Finding common ground and working together
Category: Insights | | 2 min read

It’s been near impossible to miss the headlines lately about armed extremists and radical politicians trying to destroy our national public lands legacy. From Washington, D.C. to the Malheur National Wildlife Refuge, selfishness and delusional interpretations of the U.S Constitution have come together in support of a disastrous agenda aimed squarely at one thing: taking national public lands away from the American people.

Forget dismantling the laws that protect our public lands. Just take the American people right out of the equation by handing these lands over to private enterprise. While public lands management has never been perfect, it is hard to imagine a more cynical and disastrous agenda for our nation’s outdoor heritage.

But neither the armed militants at Malheur nor the suited lands transfer proponents in D.C. ever anticipated how much the American people, Westerners in particular, value public lands. In January, Colorado College released its sixth-annual bipartisan Conservation in the West Poll, showing that Western voters (including Montanans) see national public lands as integral to our economy and way of life and overwhelmingly oppose efforts to weaken and seize public lands. The poll also revealed that westerners strongly support people working together to find common-ground solutions to public land challenges, and herein lies the antidote to the blustering and divisive anti-public lands movement.

Community-driven collaboratives not only result in the protection of wild places, they also nourish our nation’s democracy and further our public lands legacy.   

The Blackfoot Clearwater Stewardship Project (BCSP) and the Kootenai Forest Stakeholders Coalition (KFSC) are two homegrown examples of diverse collaboratives that demonstrate the power of people putting their differences aside to craft solutions that meet a spectrum of needs.

In 2015, the BCSP celebrated 10 years of restoring a watershed that provides essential habitat for grizzly bears, bull trout, elk, mountain goats, and other key species.
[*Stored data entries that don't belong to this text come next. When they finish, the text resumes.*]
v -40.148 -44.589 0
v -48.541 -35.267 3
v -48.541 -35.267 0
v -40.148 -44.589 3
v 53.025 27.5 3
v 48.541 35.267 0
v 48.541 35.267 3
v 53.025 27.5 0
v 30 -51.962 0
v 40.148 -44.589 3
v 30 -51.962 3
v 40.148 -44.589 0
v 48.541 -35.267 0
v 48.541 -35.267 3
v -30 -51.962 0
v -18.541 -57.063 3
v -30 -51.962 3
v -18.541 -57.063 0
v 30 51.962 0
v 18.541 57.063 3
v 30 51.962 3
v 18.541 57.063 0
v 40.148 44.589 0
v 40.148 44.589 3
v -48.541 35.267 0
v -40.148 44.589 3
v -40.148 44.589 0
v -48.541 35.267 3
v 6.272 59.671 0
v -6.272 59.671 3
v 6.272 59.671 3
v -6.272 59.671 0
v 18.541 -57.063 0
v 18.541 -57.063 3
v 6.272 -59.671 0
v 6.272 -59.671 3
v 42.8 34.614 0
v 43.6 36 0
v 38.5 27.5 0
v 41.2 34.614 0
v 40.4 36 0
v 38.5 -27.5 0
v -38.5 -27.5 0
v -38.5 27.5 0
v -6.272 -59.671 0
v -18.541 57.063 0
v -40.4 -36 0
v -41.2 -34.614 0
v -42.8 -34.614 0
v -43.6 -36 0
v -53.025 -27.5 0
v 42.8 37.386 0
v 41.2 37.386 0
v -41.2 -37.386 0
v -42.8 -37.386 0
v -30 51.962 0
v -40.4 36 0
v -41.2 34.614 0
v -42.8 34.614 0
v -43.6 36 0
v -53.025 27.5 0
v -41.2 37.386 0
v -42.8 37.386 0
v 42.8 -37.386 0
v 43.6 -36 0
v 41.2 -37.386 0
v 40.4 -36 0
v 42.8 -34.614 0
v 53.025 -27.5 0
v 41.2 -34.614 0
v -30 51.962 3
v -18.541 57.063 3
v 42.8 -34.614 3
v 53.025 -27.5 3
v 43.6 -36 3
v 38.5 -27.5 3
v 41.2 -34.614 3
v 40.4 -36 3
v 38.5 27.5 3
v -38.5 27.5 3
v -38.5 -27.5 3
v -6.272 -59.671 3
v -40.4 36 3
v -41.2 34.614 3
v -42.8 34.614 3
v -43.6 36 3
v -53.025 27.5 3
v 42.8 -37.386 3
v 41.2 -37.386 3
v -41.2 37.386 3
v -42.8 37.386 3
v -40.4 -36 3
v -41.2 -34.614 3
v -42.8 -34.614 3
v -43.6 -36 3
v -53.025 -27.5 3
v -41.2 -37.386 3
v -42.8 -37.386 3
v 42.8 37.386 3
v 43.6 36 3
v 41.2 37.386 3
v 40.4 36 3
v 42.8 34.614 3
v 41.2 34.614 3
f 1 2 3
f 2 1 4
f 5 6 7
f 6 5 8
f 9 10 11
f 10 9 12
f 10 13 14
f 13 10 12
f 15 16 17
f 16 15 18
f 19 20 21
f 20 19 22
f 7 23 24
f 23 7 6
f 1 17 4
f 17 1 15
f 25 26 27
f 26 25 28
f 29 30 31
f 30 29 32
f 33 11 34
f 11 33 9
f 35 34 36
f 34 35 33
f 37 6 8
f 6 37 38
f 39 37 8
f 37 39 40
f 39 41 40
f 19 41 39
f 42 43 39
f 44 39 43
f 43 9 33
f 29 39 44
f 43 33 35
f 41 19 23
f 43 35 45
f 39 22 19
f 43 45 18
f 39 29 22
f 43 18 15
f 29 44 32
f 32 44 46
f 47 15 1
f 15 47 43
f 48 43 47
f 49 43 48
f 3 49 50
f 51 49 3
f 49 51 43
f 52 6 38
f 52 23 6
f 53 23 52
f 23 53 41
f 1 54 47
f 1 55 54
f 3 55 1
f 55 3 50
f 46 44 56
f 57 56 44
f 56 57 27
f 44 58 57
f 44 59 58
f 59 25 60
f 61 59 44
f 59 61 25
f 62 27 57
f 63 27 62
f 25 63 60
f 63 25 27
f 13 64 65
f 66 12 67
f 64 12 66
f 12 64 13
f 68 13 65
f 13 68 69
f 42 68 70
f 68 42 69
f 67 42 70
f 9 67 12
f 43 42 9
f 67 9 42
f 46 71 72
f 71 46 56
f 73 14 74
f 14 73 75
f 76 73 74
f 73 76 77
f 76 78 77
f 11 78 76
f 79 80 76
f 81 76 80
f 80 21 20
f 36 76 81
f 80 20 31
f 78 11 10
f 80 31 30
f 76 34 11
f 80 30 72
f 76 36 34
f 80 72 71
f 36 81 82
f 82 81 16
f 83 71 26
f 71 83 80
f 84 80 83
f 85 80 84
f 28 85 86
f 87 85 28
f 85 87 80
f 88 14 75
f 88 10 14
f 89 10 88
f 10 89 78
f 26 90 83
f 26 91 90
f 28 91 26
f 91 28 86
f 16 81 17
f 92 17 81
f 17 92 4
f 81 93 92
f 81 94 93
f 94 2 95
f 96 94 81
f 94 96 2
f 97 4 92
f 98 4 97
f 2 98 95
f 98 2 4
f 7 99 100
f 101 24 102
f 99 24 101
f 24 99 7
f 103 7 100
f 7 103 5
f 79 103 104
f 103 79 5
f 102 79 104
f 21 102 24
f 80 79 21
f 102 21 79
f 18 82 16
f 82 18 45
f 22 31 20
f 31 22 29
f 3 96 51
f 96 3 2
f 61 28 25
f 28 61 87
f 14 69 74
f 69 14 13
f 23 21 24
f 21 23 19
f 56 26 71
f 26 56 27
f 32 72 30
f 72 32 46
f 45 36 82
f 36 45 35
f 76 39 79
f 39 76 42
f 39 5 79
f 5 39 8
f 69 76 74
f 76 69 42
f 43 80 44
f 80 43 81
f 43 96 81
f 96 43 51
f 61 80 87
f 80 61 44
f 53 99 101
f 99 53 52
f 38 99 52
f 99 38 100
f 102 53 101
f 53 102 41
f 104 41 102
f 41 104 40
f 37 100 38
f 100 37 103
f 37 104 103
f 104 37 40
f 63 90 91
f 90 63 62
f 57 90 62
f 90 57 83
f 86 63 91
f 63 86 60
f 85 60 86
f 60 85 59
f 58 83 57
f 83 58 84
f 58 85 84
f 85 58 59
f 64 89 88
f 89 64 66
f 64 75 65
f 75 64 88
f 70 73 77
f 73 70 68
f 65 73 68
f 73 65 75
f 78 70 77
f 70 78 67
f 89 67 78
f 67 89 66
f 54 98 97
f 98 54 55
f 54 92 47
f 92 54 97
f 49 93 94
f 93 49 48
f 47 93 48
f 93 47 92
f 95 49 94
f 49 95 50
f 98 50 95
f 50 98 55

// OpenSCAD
difference(){
cylinder(d=120,h=3);
translate([38.5,-27.5,-1])cube(55);
scale([-1,1,1])translate([38.5,-27.5,-1])cube(55);
translate([42,36,-1])cylinder(d=3.2,h=5);    
translate([-42,36,-1])cylinder(d=3.2,h=5);    
translate([42,-36,-1])cylinder(d=3.2,h=5);    
translate([-42,-36,-1])cylinder(d=3.2,h=5);    
}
In addition to promoting outdoor recreation and providing opportunities for forest restoration, the BCSP has proposed designating 87,000 acres of wilderness additions to the Bob Marshall, Scapegoat, and Mission Mountain Wilderness Areas.
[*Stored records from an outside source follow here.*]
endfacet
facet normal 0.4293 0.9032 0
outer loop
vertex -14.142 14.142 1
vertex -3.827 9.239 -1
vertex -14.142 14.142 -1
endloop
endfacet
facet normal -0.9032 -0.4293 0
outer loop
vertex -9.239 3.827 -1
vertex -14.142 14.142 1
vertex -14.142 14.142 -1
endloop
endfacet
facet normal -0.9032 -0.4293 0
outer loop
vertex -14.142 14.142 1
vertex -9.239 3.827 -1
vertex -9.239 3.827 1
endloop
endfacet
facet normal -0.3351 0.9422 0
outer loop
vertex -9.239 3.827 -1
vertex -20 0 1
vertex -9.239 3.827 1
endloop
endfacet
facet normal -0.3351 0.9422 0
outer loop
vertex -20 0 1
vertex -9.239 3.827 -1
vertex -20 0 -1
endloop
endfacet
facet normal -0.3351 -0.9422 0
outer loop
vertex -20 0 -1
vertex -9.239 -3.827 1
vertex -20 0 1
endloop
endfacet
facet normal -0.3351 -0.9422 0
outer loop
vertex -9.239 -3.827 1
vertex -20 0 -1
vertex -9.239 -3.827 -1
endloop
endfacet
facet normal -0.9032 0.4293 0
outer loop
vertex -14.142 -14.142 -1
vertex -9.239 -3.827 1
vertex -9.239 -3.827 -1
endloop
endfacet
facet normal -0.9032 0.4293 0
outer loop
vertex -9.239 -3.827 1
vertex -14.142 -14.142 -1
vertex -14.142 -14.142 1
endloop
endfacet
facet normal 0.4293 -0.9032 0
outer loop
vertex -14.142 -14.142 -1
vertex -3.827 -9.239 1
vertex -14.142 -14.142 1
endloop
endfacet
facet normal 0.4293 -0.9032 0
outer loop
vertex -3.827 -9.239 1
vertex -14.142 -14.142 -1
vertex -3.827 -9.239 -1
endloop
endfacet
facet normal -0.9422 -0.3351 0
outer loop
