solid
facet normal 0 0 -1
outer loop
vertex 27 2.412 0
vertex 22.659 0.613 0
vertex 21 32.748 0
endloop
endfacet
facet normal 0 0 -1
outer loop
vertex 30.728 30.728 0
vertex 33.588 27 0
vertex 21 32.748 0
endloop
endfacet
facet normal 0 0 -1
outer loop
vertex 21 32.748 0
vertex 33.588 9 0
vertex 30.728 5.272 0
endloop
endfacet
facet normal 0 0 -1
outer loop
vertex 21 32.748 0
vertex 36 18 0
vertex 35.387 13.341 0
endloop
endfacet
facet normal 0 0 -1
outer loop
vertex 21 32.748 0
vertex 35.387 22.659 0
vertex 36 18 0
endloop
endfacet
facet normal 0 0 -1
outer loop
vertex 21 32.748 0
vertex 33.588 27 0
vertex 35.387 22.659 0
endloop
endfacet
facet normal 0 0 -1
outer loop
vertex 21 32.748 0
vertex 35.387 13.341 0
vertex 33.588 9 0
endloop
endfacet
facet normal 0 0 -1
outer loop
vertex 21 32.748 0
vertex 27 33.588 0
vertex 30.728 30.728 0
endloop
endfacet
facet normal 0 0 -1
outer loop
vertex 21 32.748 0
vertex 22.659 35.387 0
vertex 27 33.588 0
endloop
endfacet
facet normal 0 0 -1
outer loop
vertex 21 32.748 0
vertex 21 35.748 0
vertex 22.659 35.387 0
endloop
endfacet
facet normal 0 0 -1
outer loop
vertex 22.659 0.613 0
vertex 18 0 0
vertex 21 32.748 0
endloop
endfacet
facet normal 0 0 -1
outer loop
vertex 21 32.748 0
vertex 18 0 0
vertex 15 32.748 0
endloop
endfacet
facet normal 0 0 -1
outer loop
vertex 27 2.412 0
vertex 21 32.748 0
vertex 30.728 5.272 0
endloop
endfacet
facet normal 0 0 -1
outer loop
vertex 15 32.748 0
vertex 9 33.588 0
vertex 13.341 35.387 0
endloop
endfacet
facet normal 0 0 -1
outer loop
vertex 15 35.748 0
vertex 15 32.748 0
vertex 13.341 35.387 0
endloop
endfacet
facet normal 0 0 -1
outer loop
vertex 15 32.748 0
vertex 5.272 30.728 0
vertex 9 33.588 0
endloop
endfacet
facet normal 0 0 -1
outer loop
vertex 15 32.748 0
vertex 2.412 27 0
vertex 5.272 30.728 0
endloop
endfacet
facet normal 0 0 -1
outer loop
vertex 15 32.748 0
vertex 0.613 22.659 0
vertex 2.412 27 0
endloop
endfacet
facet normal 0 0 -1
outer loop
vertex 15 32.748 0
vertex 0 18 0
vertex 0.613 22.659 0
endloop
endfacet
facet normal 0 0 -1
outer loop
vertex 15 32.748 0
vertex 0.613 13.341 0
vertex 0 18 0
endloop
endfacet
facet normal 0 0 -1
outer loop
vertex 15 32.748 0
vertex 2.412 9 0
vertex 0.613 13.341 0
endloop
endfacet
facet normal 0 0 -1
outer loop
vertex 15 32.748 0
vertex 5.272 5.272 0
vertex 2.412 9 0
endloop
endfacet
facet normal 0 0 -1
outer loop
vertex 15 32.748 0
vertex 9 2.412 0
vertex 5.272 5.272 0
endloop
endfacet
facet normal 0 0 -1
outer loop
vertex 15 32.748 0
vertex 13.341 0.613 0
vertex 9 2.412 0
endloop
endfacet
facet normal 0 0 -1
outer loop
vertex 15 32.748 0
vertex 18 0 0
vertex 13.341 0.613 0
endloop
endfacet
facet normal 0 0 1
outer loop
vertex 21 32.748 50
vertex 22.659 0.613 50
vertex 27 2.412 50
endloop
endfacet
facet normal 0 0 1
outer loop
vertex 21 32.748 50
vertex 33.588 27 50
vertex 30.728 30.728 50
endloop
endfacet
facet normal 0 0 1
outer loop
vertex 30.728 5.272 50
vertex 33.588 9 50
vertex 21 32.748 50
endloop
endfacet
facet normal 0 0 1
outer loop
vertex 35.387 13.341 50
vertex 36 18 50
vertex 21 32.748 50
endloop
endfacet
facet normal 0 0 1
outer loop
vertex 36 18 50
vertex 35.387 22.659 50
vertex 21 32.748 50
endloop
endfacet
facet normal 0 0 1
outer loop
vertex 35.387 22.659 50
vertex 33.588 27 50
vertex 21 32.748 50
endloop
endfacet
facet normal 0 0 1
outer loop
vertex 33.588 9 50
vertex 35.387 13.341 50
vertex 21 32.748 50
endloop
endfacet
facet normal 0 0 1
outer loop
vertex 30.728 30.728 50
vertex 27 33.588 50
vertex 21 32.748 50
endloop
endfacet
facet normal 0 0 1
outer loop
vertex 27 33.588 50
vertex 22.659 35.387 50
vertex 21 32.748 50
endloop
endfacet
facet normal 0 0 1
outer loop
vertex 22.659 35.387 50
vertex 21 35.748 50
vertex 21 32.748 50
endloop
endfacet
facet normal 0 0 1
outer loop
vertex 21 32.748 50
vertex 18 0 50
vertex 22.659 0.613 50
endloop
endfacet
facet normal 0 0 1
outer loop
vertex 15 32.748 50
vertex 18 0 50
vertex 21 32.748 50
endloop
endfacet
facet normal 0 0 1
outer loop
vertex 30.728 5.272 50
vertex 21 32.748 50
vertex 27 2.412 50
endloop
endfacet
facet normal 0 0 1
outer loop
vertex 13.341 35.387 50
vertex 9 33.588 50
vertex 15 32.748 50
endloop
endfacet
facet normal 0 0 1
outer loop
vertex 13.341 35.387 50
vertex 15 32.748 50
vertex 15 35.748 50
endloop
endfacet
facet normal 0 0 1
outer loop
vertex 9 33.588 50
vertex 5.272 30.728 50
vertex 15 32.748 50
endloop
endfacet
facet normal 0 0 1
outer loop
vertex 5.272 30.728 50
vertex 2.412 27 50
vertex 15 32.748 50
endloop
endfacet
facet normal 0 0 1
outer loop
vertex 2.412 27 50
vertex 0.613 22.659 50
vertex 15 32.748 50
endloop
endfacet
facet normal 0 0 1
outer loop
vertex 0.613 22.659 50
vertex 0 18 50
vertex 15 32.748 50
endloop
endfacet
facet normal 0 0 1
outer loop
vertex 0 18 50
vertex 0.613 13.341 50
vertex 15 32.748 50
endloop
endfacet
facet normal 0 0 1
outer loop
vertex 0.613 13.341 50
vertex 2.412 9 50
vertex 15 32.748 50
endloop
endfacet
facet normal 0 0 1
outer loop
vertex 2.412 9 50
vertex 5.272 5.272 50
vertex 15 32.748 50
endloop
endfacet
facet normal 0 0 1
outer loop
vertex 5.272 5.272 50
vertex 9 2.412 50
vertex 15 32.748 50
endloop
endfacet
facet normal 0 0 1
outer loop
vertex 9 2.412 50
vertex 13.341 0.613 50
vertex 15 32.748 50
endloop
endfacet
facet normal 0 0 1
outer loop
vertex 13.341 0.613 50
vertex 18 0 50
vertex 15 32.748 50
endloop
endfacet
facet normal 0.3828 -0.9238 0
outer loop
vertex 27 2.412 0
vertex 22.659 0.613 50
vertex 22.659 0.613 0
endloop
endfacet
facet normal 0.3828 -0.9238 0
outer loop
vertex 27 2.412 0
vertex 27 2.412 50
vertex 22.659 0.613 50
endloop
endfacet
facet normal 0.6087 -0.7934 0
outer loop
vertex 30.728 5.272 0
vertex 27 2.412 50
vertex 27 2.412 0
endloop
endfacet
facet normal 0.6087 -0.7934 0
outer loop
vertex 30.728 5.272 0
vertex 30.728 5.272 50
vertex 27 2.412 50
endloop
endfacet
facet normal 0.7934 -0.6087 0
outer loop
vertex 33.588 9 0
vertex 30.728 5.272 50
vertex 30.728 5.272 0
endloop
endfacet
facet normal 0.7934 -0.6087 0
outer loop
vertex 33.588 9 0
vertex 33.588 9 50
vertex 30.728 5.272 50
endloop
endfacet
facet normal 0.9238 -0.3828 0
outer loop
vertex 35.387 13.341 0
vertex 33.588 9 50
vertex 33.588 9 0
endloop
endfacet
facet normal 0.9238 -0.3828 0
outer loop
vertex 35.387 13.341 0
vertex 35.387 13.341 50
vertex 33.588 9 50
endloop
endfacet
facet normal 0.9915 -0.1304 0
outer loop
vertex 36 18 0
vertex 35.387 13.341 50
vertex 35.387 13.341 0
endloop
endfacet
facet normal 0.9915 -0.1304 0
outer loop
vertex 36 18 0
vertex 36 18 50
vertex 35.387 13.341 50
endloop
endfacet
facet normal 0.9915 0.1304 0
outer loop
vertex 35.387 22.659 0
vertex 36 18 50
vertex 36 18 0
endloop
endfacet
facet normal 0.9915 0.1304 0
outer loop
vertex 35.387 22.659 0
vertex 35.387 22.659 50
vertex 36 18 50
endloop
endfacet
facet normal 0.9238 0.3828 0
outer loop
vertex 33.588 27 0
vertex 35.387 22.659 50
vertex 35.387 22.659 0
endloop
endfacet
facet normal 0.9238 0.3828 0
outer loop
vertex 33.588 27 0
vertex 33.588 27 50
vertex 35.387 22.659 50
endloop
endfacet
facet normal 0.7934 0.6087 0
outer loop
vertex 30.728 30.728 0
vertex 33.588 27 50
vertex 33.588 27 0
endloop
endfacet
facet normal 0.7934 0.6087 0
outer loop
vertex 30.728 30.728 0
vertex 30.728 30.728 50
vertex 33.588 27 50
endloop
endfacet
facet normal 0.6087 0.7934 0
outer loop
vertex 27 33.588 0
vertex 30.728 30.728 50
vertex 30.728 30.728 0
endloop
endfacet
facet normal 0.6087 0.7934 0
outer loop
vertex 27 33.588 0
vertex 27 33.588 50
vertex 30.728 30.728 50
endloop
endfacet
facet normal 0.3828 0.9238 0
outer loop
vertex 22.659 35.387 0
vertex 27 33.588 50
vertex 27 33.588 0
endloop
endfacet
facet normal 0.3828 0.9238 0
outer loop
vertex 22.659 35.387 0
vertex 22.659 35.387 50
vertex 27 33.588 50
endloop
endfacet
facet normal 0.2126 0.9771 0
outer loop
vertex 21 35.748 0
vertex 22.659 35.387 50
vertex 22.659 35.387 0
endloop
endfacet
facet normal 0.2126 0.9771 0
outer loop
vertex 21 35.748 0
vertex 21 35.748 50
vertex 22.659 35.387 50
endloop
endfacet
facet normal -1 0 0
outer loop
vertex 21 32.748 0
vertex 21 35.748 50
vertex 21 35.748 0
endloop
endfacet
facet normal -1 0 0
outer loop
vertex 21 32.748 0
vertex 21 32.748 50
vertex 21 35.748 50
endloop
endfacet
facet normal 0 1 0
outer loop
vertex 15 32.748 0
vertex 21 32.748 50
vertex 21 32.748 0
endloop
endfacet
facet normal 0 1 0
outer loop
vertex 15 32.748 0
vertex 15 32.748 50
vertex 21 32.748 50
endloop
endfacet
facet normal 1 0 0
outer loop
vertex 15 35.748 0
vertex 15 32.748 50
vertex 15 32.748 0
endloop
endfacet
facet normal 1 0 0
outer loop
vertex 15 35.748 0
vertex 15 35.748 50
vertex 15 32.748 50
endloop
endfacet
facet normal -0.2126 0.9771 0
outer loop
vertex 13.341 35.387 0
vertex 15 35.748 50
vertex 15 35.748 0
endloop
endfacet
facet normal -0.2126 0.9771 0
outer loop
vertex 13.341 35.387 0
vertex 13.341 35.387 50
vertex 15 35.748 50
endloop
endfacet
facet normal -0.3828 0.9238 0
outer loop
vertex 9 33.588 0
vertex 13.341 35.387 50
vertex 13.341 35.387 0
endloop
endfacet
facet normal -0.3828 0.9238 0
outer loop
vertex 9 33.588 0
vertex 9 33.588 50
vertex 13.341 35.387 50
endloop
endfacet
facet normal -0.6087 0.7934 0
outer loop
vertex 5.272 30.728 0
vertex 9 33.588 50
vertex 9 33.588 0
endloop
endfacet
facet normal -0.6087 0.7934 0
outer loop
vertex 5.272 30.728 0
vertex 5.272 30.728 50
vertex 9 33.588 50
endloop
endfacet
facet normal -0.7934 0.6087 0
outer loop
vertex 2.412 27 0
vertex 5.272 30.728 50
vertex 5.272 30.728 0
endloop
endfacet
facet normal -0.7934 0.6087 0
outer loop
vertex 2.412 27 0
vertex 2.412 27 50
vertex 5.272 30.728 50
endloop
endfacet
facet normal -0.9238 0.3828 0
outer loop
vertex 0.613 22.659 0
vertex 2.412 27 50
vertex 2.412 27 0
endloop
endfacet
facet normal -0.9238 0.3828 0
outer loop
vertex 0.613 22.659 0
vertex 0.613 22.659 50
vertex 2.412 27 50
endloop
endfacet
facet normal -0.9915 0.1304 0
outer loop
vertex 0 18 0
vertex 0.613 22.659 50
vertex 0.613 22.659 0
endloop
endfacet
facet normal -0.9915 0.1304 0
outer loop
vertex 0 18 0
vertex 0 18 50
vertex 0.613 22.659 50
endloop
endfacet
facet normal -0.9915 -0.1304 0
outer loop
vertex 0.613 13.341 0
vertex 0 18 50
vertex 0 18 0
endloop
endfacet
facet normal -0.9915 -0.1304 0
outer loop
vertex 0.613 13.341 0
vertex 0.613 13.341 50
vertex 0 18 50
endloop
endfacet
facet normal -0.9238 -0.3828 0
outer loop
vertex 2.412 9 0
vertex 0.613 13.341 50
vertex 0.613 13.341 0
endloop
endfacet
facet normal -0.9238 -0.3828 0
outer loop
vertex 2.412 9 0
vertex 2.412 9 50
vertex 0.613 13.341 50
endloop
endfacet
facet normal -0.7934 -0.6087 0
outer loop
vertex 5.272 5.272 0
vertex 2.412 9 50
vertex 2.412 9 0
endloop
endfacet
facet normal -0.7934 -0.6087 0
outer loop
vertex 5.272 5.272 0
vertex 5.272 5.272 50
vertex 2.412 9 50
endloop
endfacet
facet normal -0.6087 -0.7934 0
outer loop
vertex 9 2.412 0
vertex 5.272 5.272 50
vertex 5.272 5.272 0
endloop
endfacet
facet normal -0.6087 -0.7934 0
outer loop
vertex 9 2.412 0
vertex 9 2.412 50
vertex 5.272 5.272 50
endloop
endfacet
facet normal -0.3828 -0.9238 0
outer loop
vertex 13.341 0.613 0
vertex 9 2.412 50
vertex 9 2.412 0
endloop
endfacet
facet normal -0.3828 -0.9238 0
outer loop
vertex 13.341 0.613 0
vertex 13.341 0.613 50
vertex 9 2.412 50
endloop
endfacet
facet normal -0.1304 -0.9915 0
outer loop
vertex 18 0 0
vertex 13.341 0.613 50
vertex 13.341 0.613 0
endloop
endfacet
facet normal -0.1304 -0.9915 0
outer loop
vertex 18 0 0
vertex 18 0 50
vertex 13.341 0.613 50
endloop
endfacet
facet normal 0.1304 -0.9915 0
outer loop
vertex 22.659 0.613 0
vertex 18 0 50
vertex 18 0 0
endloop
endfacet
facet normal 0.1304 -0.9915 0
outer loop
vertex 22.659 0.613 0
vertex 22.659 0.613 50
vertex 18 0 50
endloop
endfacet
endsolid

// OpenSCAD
$fn = 32;

// ----------------------------------------------------------------------
// Keyway shaft: d36 shaft, key 6 x 3 mm
// ----------------------------------------------------------------------

// --- parameters (mm) ---
shaft_r = 18;             // shaft radius
key_w = 6;                // keyway width
key_d = 3;                // keyway depth below the surface line
plate_t = 50;             // shaft length, Z (extrusion height)
fit_tol = 0.02;           // declared fit tolerance (prompt contract)
free_tol = 0.2;           // declared free tolerance (prompt contract)

shaft_d = 2 * shaft_r;  // shaft diameter
circle_step = 15;  // polygon sampling step, degrees

profile = [[13.341, 35.387], [9, 33.588], [5.272, 30.728], [2.412, 27], [0.613, 22.659], [0, 18], [0.613, 13.341], [2.412, 9], [5.272, 5.272], [9, 2.412], [13.341, 0.613], [18, 0], [22.659, 0.613], [27, 2.412], [30.728, 5.272], [33.588, 9], [35.387, 13.341], [36, 18], [35.387, 22.659], [33.588, 27], [30.728, 30.728], [27, 33.588], [22.659, 35.387], [21, 35.748], [21, 32.748], [15, 32.748], [15, 35.748]];  // primary outline, 27 points, counter clockwise

// --- the one profile operation ---
linear_extrude(height = plate_t) polygon(points = profile);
Similarly, the KFSC in northwestern Montana has overcome 30 years of intense local conflict over management of the Kootenai National Forest and unified around an agreement that includes more than 180,000 acres of wilderness designation – doubling the size of the Cabinet Mountain Wilderness and keeping the Scotchman Peaks and Yaak Valley roadless areas forever wild. 

Finding common ground and seeking solutions with timber mills, snowmobilers, outfitters, mountain bikers, and other public land users is a challenging endeavor, but it’s something MWA is committed to doing and has been doing since its beginning in 1958. Without this kind of community-driven collaboration, there would be no Bob Marshall, no Beartooth-Absaroka, no Selway-Bitterroot, or any other designated wilderness area in Montana for us to experience the wild as nature intends.

Let’s combat the militants in Oregon and the lands transfer radicals in Helena and D.C. by continuing our tradition of working together as a community and finding solutions to our public land challenges that includes protecting special places for all Americans.